Whole life policies are designed to mature (usually when the insured reaches 100 years of age).  Upon maturation, the death benefit is paid, and the policy terminates.  This means that whole life policies may not actually continue for a lifetime, but they are guaranteed to pay a death benefit.

Cash value

All permanent life insurance policies include a cash value account, which can be treated as a liquid financial asset for a variety of uses.

In traditional whole life insurance, your cash value grows at a guaranteed rate.  (There is no variable “current rate” of interest.)  Therefore, your cash value is guaranteed to be a certain amount at any given time.

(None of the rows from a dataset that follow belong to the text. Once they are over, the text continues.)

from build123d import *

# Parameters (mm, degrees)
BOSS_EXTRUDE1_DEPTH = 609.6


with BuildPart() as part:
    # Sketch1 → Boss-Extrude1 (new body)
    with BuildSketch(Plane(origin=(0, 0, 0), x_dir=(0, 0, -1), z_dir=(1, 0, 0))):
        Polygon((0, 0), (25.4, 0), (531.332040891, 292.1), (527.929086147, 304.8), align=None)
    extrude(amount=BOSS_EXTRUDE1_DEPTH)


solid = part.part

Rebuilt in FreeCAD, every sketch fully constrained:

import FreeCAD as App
import Part
import Sketcher

V = App.Vector
Q = App.Units.Quantity


def add_polygon(sketch, points):
    """Adds a closed chain of lines whose ends are joined by coincident constraints."""
    first, n = sketch.GeometryCount, len(points)
    for a, b in zip(points, points[1:] + points[:1]):
        sketch.addGeometry(Part.LineSegment(App.Vector(*a, 0), App.Vector(*b, 0)), False)
    for i in range(n):
        sketch.addConstraint(Sketcher.Constraint("Coincident", first + i, 2, first + (i + 1) % n, 1))

doc = App.newDocument("Part")
body = doc.addObject("PartDesign::Body", "Body")

# Sketch on YZ plane
sketch1 = body.newObject("Sketcher::SketchObject", "Sketch")
sketch1.AttachmentSupport = (doc.getObject("YZ_Plane"), [""])
sketch1.MapMode = "FlatFace"
add_polygon(sketch1, [(0, 0), (0, -25.4), (292.1, -531.332041), (304.8, -527.929086)])  # lines 0-3
sketch1.addConstraint(Sketcher.Constraint("Vertical", 0))
sketch1.addConstraint(Sketcher.Constraint("Coincident", 3, 2, -1, 1))
sketch1.addConstraint(Sketcher.Constraint("Parallel", 1, 3))
sketch1.addConstraint(Sketcher.Constraint("DistanceY", 0, 2, 0, 1, Q("1 in")))
sketch1.addConstraint(Sketcher.Constraint("Distance", 1, Q("23 in")))
sketch1.addConstraint(Sketcher.Constraint("Distance", 3, Q("24 in")))
sketch1.addConstraint(Sketcher.Constraint("DistanceX", -1, 1, 2, 2, Q("12 in")))
pad1 = body.newObject("PartDesign::Pad", "Pad")
pad1.Profile = sketch1
pad1.Length = Q("24 in")

doc.recompute()
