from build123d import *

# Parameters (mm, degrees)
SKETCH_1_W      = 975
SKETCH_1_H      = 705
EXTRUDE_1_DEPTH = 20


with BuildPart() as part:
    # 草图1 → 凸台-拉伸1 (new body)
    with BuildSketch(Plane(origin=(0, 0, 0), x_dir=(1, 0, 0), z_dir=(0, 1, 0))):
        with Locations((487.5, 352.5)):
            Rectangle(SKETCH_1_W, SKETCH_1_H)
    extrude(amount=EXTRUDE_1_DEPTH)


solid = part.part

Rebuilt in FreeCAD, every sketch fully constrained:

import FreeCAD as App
import Part
import Sketcher


def add_polygon(sketch, points):
    """Adds a closed chain of lines whose ends are joined by coincident constraints."""
    first, n = sketch.GeometryCount, len(points)
    for a, b in zip(points, points[1:] + points[:1]):
        sketch.addGeometry(Part.LineSegment(App.Vector(*a, 0), App.Vector(*b, 0)), False)
    for i in range(n):
        sketch.addConstraint(Sketcher.Constraint("Coincident", first + i, 2, first + (i + 1) % n, 1))

doc = App.newDocument("Part")
body = doc.addObject("PartDesign::Body", "Body")

# Sketch on XZ plane
sketch1 = body.newObject("Sketcher::SketchObject", "Sketch")
sketch1.AttachmentSupport = (doc.getObject("XZ_Plane"), [""])
sketch1.MapMode = "FlatFace"
add_polygon(sketch1, [(0, -705), (0, 0), (975, 0), (975, -705)])  # lines 0-3
sketch1.addConstraint(Sketcher.Constraint("Vertical", 0))
sketch1.addConstraint(Sketcher.Constraint("Horizontal", 1))
sketch1.addConstraint(Sketcher.Constraint("Vertical", 2))
sketch1.addConstraint(Sketcher.Constraint("Horizontal", 3))
sketch1.addConstraint(Sketcher.Constraint("Coincident", 0, 2, -1, 1))
sketch1.addConstraint(Sketcher.Constraint("DistanceX", 1, 1, 1, 2, 975.0))
sketch1.addConstraint(Sketcher.Constraint("DistanceY", 0, 1, 0, 2, 705.0))
pad1 = body.newObject("PartDesign::Pad", "Pad")
pad1.Profile = sketch1
pad1.Length = 20
pad1.Reversed = True

doc.recompute()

Whole Life Insurance is permanent life insurance protection for your entire life, usually to age 100. A Whole Life policy is contractually guaranteed not to lapse, provided that you pay sufficient premiums each year to keep the policy in force. Besides permanent lifetime insurance protection, Whole Life Insurance features a savings element that allows you to build cash value on a tax-deferred basis. A portion of the premiums you pay build up the savings element of the policy and are invested by the company. The interest rate return on your investment is added to the savings portion of the policy. This is how the policy builds cash value. In addition to crediting your policy with interest, “participating” policies issued by mutual insurance companies may also give you the opportunity to earn dividends. Dividends are a NON-guaranteed return of part of the premium intended to reflect a company’s favorable operating experience.

Pros:

Whole Life Insurance has a savings element (cash value) which grows tax-deferred. If the contract is set up properly in advance, you might build up enough cash value to stop paying premiums by a certain age, or to borrow from the cash value (take a policy loan) during your lifetime on a tax-advantaged basis. Unlike Term Life Insurance, whose premiums eventually rise after the initial guarantee period, Whole Life Insurance premiums will not increase during your lifetime (as long as you pay the planned amount and repay any policy loans).Cons:

You are not allowed to choose separate investment accounts, i.e., money market, stock or bond funds; the insurance company controls how and where your premium dollars are invested. Whole Life Insurance offers no premium flexibility or face amount flexibility; the plan you buy today remains fixed for life. It is therefore important to plan carefully, because Whole Life Insurance is not very good at adapting to insurance and/or retirement plans that change significantly.